Local kinetics of morphogen gradients.

Some aspects of pattern formation in developing embryos can be described by nonlinear reaction-diffusion equations. An important class of these models accounts for diffusion and degradation of a locally produced single chemical species. At long times, solutions of such models approach a steady state in which the concentration decays with distance from the source of production. We present analytical results that characterize the dynamics of this process and are in quantitative agreement with numerical solutions of the underlying nonlinear equations. The derived results provide an explicit connection between the parameters of the problem and the time needed to reach a steady state value at a given position. Our approach can be used for the quantitative analysis of tissue patterning by morphogen gradients, a subject of active research in biophysics and developmental biology.

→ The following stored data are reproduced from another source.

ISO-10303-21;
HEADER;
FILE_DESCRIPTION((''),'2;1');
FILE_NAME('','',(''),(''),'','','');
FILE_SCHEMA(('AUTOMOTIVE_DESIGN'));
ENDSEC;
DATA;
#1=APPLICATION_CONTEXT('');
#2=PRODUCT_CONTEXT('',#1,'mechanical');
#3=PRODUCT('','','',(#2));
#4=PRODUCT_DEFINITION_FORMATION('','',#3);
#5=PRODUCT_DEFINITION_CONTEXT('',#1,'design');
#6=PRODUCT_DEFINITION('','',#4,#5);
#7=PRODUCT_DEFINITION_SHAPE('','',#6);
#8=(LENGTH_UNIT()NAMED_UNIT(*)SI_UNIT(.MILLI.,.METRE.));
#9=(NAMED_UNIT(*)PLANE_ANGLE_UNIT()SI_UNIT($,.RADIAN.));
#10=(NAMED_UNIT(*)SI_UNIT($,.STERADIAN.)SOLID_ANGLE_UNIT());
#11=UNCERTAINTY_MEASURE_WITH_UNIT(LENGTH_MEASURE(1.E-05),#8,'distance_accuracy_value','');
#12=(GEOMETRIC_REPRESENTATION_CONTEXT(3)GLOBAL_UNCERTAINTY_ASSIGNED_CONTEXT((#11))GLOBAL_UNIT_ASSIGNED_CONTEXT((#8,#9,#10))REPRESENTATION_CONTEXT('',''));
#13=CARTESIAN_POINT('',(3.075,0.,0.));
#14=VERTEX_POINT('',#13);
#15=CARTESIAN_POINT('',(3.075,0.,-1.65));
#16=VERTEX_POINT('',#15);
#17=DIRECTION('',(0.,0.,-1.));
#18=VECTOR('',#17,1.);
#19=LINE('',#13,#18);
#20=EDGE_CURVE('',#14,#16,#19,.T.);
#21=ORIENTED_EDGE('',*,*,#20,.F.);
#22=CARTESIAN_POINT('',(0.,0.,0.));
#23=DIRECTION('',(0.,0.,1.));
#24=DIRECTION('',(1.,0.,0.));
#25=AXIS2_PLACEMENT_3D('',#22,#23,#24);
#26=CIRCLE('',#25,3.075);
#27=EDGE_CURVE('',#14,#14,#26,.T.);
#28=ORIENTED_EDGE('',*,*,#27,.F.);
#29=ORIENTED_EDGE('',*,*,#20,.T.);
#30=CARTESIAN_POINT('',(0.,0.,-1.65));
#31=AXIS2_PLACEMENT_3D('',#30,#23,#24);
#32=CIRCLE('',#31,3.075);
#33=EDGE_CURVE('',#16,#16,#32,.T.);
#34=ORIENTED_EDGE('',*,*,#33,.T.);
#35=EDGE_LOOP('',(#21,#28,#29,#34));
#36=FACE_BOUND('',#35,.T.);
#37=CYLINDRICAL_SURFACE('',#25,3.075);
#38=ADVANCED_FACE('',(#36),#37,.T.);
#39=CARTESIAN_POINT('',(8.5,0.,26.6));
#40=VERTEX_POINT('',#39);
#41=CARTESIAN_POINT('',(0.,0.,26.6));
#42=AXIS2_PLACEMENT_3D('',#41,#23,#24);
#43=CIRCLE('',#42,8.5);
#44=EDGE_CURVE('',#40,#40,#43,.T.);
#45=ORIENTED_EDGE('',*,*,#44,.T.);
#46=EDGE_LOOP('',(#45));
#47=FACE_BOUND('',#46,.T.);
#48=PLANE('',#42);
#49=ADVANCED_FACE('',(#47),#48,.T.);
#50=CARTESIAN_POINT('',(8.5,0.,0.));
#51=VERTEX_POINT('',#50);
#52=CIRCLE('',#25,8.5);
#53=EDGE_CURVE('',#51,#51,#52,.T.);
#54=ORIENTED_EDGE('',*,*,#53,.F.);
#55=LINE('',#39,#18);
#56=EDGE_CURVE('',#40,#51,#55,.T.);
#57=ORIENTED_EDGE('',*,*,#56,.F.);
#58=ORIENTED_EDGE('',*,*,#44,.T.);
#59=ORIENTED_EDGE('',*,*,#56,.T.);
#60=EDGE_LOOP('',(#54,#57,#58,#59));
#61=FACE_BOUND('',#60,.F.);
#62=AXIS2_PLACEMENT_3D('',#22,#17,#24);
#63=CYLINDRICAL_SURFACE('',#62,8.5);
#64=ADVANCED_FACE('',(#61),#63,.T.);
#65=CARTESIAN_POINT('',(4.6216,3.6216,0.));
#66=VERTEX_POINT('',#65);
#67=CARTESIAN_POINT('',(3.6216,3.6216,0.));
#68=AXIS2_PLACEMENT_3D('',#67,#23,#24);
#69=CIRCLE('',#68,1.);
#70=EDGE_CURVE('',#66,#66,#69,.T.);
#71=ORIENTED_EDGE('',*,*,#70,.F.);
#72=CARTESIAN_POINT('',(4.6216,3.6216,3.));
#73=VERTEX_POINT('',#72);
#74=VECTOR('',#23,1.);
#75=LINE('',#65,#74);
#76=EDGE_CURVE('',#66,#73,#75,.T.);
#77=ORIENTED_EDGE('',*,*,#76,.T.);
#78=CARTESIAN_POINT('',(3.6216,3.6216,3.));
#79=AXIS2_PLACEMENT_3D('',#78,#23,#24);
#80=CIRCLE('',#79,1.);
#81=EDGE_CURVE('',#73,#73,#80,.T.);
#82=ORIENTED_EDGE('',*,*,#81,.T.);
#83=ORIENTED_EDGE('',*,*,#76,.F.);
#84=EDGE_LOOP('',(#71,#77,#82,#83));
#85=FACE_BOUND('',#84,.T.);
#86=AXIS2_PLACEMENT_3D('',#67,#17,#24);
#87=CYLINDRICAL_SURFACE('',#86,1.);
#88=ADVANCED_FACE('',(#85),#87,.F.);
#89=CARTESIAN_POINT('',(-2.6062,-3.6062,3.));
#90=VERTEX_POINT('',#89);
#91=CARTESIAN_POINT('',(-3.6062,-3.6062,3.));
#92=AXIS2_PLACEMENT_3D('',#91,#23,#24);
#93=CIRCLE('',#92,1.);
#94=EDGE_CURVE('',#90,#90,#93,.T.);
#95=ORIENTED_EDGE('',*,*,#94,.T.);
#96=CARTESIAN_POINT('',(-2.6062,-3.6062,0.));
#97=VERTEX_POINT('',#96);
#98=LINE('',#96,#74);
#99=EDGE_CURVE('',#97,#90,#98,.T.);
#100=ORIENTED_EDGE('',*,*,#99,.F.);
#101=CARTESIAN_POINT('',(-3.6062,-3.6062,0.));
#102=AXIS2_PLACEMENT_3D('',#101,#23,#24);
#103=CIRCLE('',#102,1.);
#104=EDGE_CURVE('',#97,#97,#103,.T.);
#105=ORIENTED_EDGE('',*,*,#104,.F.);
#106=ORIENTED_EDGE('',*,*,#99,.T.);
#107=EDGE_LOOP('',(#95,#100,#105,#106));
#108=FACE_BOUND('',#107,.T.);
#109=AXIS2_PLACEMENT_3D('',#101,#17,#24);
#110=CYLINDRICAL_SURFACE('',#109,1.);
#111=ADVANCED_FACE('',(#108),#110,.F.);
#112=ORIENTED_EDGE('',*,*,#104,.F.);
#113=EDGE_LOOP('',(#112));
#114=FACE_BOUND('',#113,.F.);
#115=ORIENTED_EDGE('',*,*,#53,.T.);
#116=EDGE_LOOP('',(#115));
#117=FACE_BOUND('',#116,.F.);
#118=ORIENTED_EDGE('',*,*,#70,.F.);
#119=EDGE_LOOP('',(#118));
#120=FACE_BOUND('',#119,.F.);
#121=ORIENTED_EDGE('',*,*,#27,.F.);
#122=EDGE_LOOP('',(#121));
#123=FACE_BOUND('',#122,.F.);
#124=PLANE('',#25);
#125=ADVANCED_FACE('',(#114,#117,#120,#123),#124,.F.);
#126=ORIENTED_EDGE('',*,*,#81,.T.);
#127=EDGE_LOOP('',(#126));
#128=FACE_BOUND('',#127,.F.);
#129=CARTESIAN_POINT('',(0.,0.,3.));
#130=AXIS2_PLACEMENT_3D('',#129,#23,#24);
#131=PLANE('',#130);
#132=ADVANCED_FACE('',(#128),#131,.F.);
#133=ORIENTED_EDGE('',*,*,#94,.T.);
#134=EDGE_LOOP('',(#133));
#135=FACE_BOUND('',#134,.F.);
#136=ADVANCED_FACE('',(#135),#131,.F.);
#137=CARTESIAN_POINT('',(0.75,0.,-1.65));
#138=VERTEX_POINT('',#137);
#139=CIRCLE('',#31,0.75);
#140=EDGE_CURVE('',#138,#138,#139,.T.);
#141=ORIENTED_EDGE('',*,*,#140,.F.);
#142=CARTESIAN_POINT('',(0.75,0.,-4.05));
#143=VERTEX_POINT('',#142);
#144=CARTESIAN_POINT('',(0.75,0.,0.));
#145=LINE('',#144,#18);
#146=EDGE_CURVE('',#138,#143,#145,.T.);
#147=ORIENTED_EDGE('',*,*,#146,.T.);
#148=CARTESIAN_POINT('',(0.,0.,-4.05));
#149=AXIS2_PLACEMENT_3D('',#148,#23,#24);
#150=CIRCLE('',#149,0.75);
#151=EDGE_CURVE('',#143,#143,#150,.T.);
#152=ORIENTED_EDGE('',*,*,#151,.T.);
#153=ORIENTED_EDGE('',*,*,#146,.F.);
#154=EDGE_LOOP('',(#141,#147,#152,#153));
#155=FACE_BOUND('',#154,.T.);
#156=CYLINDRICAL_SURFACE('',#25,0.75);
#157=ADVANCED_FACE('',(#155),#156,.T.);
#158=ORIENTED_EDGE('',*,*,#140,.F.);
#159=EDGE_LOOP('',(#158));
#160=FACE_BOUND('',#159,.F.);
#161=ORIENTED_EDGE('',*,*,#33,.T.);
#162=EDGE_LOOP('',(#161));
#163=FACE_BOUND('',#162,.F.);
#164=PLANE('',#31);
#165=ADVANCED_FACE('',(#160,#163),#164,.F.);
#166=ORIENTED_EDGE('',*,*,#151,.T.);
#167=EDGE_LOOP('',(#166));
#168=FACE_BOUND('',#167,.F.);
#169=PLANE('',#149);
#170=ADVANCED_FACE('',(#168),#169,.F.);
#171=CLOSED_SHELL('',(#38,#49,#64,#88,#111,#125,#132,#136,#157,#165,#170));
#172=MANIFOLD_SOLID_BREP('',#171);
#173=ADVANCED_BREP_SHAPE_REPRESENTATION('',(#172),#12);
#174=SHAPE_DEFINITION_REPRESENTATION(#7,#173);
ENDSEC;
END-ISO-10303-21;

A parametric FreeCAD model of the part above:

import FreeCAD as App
import Part
import Sketcher
Q = App.Units.Quantity

doc = App.newDocument("Part")
body = doc.addObject("PartDesign::Body", "Body")

# Sketch on XY plane
sketch1 = body.newObject("Sketcher::SketchObject", "Sketch")
sketch1.AttachmentSupport = (doc.getObject("XY_Plane"), [""])
sketch1.MapMode = "FlatFace"
sketch1.addGeometry([
    Part.Circle(App.Vector(0, 0, 0), App.Vector(0, 0, 1), 8.5),
    Part.Circle(App.Vector(-3.6, -3.6, 0), App.Vector(0, 0, 1), 1),
    Part.Circle(App.Vector(3.6, 3.6, 0), App.Vector(0, 0, 1), 1),
], False)
sketch1.addConstraint([
    Sketcher.Constraint("Coincident", 0, 3, -1, 1),
    Sketcher.Constraint("Equal", 1, 2),
    Sketcher.Constraint("Diameter", 0, Q("17 mm")),
    Sketcher.Constraint("Diameter", 1, Q("2 mm")),
    Sketcher.Constraint("DistanceX", 1, 3, -1, 1, Q("3.6062 mm")),
    Sketcher.Constraint("DistanceY", 1, 3, -1, 1, Q("3.6062 mm")),
    Sketcher.Constraint("DistanceX", -1, 1, 2, 3, Q("3.6216 mm")),
    Sketcher.Constraint("DistanceY", -1, 1, 2, 3, Q("3.6216 mm")),
])
pad1 = body.newObject("PartDesign::Pad", "Pad")
pad1.Profile = sketch1
pad1.Length = 3

# Sketch on XY plane
sketch2 = body.newObject("Sketcher::SketchObject", "Sketch001")
sketch2.AttachmentSupport = (doc.getObject("XY_Plane"), [""])
sketch2.MapMode = "FlatFace"
sketch2.AttachmentOffset = App.Placement(App.Vector(0, 0, 3), App.Rotation())
sketch2.addGeometry(Part.Circle(App.Vector(0, 0, 0), App.Vector(0, 0, 1), 8), False)
sketch2.addConstraint([
    Sketcher.Constraint("Coincident", 0, 3, -1, 1),
    Sketcher.Constraint("Diameter", 0, Q("17 mm")),
])
pad2 = body.newObject("PartDesign::Pad", "Pad001")
pad2.Profile = sketch2
pad2.Length = 23.6

# Sketch on XY plane
sketch3 = body.newObject("Sketcher::SketchObject", "Sketch002")
sketch3.AttachmentSupport = (doc.getObject("XY_Plane"), [""])
sketch3.MapMode = "FlatFace"
sketch3.addGeometry(Part.Circle(App.Vector(0, 0, 0), App.Vector(0, 0, 1), 3.1), False)
sketch3.addConstraint([
    Sketcher.Constraint("Coincident", 0, 3, -1, 1),
    Sketcher.Constraint("Diameter", 0, Q("6.15 mm")),
])
pad3 = body.newObject("PartDesign::Pad", "Pad002")
pad3.Profile = sketch3
pad3.Length = 1.65
pad3.Reversed = True

# Sketch on XY plane
sketch4 = body.newObject("Sketcher::SketchObject", "Sketch003")
sketch4.AttachmentSupport = (doc.getObject("XY_Plane"), [""])
sketch4.MapMode = "FlatFace"
sketch4.addGeometry(Part.Circle(App.Vector(0, 0, 0), App.Vector(0, 0, 1), 0.8), False)
sketch4.addConstraint([
    Sketcher.Constraint("Coincident", 0, 3, -1, 1),
    Sketcher.Constraint("Diameter", 0, Q("1.5 mm")),
])
pad4 = body.newObject("PartDesign::Pad", "Pad003")
pad4.Profile = sketch4
pad4.Length = 4.05
pad4.Reversed = True

doc.recompute()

How long does it take to establish a morphogen gradient?

A morphogen gradient is defined as a concentration field of a molecule that acts as a dose-dependent regulator of cell differentiation. One of the key questions in studies of morphogen gradients is whether they reach steady states on timescales relevant for developmental patterning. We propose a systematic approach for addressing this question and illustrate it by analyzing several models that account for diffusion and degradation of locally produced chemical signals.

Multiscale modeling of diffusion in the early Drosophila embryo.

We developed a multiscale approach for the computationally efficient modeling of morphogen gradients in the syncytial Drosophila embryo, a single cell with multiple dividing nuclei. By using a homogenization technique, we derived a coarse-grained model with parameters that are explicitly related to the geometry of the syncytium and kinetics of nucleocytoplasmic shuttling. One of our main results is an accurate analytical approximation for the effective diffusivity of a morphogen molecule as a function of the nuclear density. We used this expression to explore the dynamics of the Bicoid morphogen gradient, a signal that patterns the anterior-posterior axis of the embryo. A similar approach can be used to analyze the dynamics of all three maternal morphogen gradients in Drosophila.